<<<<
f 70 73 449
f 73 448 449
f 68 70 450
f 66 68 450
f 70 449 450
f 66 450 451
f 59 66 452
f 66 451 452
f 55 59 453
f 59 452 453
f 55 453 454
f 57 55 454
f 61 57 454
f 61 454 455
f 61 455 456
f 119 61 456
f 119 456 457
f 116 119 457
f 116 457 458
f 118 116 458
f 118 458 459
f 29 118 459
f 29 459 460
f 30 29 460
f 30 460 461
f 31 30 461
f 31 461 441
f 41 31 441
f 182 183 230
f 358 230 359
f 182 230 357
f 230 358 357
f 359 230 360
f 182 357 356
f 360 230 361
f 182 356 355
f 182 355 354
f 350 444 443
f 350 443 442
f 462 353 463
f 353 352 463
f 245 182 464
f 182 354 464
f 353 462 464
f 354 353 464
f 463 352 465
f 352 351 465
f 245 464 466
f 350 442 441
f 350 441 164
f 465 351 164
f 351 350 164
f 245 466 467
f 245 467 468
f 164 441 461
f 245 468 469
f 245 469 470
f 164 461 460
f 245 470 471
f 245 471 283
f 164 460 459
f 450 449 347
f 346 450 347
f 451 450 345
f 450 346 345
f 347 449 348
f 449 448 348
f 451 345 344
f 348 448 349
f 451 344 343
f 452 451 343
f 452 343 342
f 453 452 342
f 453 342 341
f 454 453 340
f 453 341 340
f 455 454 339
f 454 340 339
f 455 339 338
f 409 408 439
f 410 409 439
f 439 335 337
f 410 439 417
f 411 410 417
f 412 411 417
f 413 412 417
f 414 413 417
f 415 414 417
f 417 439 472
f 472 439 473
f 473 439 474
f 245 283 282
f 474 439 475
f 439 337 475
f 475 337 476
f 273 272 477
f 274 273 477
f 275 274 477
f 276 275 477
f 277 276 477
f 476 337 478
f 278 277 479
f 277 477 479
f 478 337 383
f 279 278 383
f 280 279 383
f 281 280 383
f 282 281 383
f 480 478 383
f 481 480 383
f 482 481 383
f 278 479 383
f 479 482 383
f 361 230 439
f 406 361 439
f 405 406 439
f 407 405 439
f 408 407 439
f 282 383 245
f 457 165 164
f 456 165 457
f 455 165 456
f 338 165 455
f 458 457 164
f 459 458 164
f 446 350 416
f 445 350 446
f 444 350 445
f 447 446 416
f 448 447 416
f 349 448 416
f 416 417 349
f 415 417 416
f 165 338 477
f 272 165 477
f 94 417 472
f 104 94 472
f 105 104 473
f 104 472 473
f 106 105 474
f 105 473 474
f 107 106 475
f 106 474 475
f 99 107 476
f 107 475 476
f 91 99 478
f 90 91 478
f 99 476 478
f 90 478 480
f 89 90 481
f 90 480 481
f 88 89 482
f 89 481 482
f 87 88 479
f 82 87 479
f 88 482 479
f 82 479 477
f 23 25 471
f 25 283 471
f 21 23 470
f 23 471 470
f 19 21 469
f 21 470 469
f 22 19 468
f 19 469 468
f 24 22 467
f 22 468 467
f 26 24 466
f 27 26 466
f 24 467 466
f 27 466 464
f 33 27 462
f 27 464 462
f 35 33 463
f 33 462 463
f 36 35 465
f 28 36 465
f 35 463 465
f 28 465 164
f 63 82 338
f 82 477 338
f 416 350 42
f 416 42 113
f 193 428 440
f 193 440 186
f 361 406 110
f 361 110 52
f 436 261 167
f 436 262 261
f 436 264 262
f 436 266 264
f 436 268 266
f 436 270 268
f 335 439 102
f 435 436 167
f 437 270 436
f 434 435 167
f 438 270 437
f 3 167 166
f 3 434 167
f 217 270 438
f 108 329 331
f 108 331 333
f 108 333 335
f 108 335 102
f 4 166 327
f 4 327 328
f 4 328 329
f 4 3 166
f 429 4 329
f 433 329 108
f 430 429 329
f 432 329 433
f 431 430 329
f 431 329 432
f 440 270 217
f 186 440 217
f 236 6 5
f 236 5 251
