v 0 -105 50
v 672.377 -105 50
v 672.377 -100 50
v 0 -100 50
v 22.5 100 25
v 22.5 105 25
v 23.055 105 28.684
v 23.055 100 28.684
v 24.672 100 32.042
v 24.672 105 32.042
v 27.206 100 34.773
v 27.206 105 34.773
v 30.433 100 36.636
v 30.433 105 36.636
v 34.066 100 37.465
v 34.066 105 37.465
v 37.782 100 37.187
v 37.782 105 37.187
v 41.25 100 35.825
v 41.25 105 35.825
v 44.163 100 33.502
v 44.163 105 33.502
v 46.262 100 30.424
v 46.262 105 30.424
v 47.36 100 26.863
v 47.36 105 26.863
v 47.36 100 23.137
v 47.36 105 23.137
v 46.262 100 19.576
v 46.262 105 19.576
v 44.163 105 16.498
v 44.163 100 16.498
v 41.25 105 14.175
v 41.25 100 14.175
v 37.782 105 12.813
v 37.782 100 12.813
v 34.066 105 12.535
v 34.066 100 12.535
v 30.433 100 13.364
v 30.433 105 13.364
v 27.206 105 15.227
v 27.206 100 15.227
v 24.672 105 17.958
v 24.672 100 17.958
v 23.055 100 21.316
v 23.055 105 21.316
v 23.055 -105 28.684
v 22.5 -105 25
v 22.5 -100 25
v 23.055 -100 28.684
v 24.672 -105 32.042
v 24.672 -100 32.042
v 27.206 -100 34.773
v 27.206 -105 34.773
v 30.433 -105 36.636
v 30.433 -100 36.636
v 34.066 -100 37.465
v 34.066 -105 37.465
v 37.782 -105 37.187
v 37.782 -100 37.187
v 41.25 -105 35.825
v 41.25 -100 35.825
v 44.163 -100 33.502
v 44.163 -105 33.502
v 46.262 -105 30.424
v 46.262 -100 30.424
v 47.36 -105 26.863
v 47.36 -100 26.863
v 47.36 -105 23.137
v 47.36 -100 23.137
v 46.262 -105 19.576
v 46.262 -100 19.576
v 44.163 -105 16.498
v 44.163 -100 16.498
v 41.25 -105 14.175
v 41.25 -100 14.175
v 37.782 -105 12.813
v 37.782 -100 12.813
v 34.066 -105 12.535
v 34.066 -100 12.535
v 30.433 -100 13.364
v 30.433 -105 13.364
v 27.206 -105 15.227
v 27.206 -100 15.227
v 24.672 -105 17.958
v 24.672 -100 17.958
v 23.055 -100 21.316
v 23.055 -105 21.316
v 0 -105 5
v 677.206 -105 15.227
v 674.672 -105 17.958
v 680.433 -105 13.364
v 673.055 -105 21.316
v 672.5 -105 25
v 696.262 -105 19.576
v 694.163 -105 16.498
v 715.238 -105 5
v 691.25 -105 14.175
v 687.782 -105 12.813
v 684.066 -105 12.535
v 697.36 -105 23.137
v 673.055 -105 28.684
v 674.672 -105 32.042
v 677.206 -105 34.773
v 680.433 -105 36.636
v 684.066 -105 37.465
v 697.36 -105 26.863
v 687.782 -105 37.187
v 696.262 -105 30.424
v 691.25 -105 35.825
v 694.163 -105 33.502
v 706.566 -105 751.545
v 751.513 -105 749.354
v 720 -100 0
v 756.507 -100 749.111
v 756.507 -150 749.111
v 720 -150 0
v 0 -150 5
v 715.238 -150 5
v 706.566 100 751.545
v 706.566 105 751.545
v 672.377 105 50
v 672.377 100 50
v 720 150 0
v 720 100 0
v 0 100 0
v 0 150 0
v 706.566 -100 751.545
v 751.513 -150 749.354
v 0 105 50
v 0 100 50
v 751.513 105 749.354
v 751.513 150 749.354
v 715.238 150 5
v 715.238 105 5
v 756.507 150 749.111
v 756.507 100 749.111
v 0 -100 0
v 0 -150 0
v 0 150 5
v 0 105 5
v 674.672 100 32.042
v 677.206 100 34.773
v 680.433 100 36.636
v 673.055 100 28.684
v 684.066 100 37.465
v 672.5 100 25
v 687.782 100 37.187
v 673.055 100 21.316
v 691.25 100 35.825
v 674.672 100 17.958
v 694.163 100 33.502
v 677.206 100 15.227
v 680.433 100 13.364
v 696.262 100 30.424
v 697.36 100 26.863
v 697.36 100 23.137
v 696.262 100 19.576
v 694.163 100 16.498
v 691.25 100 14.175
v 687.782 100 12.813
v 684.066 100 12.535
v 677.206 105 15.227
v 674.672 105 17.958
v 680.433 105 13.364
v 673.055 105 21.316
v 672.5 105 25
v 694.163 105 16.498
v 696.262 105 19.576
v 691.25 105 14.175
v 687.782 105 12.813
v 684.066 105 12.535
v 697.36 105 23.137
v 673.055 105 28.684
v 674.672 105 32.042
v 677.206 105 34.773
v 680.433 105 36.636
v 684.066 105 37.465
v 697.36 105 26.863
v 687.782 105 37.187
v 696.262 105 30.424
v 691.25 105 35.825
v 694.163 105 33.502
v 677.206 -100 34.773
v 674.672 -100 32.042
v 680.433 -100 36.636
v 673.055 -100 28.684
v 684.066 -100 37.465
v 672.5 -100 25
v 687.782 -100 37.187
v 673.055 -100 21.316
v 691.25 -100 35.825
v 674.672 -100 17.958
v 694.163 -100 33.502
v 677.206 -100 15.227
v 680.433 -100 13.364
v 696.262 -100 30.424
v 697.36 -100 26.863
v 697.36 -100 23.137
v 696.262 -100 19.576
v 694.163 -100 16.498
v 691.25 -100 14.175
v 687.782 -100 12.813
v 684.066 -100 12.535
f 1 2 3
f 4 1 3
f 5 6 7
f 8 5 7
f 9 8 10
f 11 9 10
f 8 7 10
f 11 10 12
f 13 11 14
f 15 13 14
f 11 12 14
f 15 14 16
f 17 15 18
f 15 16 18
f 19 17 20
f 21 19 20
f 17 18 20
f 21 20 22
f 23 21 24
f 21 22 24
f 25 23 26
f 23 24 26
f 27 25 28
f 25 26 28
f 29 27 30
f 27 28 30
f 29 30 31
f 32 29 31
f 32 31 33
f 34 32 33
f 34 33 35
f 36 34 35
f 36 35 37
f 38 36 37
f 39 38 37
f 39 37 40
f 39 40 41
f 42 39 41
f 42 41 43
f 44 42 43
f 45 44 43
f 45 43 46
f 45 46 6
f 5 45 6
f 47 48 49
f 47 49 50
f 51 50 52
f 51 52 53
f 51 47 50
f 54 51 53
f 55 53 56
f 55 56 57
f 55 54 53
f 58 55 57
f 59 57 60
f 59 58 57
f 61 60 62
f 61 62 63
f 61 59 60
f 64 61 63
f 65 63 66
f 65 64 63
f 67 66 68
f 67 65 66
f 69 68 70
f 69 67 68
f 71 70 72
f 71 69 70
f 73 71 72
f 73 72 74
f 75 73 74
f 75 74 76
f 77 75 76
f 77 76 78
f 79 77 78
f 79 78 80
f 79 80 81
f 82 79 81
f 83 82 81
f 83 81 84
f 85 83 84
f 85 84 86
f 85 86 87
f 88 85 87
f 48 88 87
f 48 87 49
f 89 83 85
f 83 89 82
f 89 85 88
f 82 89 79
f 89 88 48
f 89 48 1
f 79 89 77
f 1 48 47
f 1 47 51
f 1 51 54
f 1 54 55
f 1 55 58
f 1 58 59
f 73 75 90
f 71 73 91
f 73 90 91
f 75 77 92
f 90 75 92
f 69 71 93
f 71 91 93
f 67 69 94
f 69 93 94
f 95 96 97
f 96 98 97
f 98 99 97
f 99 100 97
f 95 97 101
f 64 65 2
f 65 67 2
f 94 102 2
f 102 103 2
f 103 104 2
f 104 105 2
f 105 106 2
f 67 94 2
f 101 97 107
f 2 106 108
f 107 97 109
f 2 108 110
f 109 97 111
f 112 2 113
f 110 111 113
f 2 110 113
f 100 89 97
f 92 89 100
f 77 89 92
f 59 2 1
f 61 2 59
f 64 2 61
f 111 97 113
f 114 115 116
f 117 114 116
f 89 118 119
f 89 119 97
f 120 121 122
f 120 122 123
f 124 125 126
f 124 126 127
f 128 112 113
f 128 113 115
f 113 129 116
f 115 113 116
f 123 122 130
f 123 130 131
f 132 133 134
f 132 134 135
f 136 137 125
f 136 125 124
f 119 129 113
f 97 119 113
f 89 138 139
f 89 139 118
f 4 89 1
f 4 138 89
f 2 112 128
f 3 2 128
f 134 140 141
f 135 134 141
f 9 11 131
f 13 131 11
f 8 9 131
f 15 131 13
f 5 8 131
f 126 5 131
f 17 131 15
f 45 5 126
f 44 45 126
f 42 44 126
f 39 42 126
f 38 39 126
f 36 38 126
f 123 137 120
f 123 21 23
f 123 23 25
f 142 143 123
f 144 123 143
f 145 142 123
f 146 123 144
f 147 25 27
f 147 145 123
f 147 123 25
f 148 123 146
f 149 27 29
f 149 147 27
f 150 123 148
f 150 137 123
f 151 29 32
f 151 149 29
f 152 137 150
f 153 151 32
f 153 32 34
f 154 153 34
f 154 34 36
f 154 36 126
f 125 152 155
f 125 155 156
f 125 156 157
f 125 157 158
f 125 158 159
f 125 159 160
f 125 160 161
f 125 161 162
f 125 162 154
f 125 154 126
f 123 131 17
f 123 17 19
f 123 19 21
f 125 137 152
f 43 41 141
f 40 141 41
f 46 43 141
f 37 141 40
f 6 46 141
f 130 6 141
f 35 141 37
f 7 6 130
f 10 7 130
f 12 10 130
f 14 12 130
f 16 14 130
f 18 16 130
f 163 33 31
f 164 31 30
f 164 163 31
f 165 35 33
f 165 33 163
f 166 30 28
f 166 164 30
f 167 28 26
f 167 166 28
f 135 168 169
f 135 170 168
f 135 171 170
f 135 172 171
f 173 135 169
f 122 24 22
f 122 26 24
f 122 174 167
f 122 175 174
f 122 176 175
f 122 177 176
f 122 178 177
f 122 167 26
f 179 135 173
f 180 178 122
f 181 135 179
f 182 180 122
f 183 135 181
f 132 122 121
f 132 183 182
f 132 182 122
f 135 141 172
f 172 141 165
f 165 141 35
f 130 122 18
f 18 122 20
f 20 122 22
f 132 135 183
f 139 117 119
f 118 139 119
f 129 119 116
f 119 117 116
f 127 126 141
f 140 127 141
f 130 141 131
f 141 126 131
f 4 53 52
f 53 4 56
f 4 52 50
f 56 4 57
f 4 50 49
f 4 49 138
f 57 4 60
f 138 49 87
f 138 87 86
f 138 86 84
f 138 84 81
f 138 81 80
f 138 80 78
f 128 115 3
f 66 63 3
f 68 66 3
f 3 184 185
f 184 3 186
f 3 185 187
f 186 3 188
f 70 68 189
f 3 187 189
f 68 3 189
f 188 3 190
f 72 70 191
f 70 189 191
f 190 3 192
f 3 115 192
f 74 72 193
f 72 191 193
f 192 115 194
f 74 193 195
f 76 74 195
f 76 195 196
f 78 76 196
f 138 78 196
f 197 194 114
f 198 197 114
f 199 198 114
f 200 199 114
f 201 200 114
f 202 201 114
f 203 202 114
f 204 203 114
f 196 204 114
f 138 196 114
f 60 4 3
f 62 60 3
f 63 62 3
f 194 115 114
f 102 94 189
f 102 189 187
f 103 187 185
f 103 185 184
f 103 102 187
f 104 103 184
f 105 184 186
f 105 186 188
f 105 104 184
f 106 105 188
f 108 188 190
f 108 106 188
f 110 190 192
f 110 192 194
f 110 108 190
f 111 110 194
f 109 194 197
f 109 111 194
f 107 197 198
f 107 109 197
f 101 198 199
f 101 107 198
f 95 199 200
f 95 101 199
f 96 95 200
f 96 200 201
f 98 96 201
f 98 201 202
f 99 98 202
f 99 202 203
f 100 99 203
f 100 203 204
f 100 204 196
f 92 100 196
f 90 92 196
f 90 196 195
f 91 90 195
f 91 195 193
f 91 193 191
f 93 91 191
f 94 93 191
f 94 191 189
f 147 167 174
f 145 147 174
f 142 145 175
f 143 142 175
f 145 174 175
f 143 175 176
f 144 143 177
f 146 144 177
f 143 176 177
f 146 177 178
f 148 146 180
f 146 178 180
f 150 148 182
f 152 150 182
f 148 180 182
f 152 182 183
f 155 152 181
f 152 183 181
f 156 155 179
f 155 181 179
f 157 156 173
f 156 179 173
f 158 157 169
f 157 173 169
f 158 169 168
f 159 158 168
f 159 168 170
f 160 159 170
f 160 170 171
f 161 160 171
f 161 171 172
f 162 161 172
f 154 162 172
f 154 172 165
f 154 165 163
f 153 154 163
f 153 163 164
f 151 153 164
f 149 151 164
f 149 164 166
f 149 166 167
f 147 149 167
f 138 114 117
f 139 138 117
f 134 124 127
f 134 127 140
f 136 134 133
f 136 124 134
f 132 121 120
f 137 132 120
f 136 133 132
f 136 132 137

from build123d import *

# Parameters (mm, degrees)
F6_D = 25


with BuildPart() as f3:
    # F3: sweep along a path in F2
    with BuildLine(Plane.XZ.offset(-100)) as f3_path:
        Line((0, 0), (720, 0))
        Line((720, 0), (756.5065833717, 749.1109860164))
    # F0 (on Right) → F3 (sweep)
    with BuildSketch(Plane.YZ):
        Polygon((105, 50), (100, 50), (100, 0), (150, 0), (150, 5), (105, 5), align=None)
    sweep(path=f3_path.line, transition=Transition.RIGHT)

    # F6 (through all)
    with Locations(Plane.XZ.offset(-100)):
        with Locations((35, 25), (685, 25)):
            Hole(F6_D / 2)


with BuildPart() as f7_1:
    # F7: instance of F3
    add(f3.part.mirror(Plane.XZ))


solid = Compound([f3.part, f7_1.part])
>>>>
## Task requirements:
Exact reproduction is required: output the lines from the start of the entries above through the line with "f 272 165 477".

## Answer to this problem:
f 70 73 449
f 73 448 449
f 68 70 450
f 66 68 450
f 70 449 450
f 66 450 451
f 59 66 452
f 66 451 452
f 55 59 453
f 59 452 453
f 55 453 454
f 57 55 454
f 61 57 454
f 61 454 455
f 61 455 456
f 119 61 456
f 119 456 457
f 116 119 457
f 116 457 458
f 118 116 458
f 118 458 459
f 29 118 459
f 29 459 460
f 30 29 460
f 30 460 461
f 31 30 461
f 31 461 441
f 41 31 441
f 182 183 230
f 358 230 359
f 182 230 357
f 230 358 357
f 359 230 360
f 182 357 356
f 360 230 361
f 182 356 355
f 182 355 354
f 350 444 443
f 350 443 442
f 462 353 463
f 353 352 463
f 245 182 464
f 182 354 464
f 353 462 464
f 354 353 464
f 463 352 465
f 352 351 465
f 245 464 466
f 350 442 441
f 350 441 164
f 465 351 164
f 351 350 164
f 245 466 467
f 245 467 468
f 164 441 461
f 245 468 469
f 245 469 470
f 164 461 460
f 245 470 471
f 245 471 283
f 164 460 459
f 450 449 347
f 346 450 347
f 451 450 345
f 450 346 345
f 347 449 348
f 449 448 348
f 451 345 344
f 348 448 349
f 451 344 343
f 452 451 343
f 452 343 342
f 453 452 342
f 453 342 341
f 454 453 340
f 453 341 340
f 455 454 339
f 454 340 339
f 455 339 338
f 409 408 439
f 410 409 439
f 439 335 337
f 410 439 417
f 411 410 417
f 412 411 417
f 413 412 417
f 414 413 417
f 415 414 417
f 417 439 472
f 472 439 473
f 473 439 474
f 245 283 282
f 474 439 475
f 439 337 475
f 475 337 476
f 273 272 477
f 274 273 477
f 275 274 477
f 276 275 477
f 277 276 477
f 476 337 478
f 278 277 479
f 277 477 479
f 478 337 383
f 279 278 383
f 280 279 383
f 281 280 383
f 282 281 383
f 480 478 383
f 481 480 383
f 482 481 383
f 278 479 383
f 479 482 383
f 361 230 439
f 406 361 439
f 405 406 439
f 407 405 439
f 408 407 439
f 282 383 245
f 457 165 164
f 456 165 457
f 455 165 456
f 338 165 455
f 458 457 164
f 459 458 164
f 446 350 416
f 445 350 446
f 444 350 445
f 447 446 416
f 448 447 416
f 349 448 416
f 416 417 349
f 415 417 416
f 165 338 477
f 272 165 477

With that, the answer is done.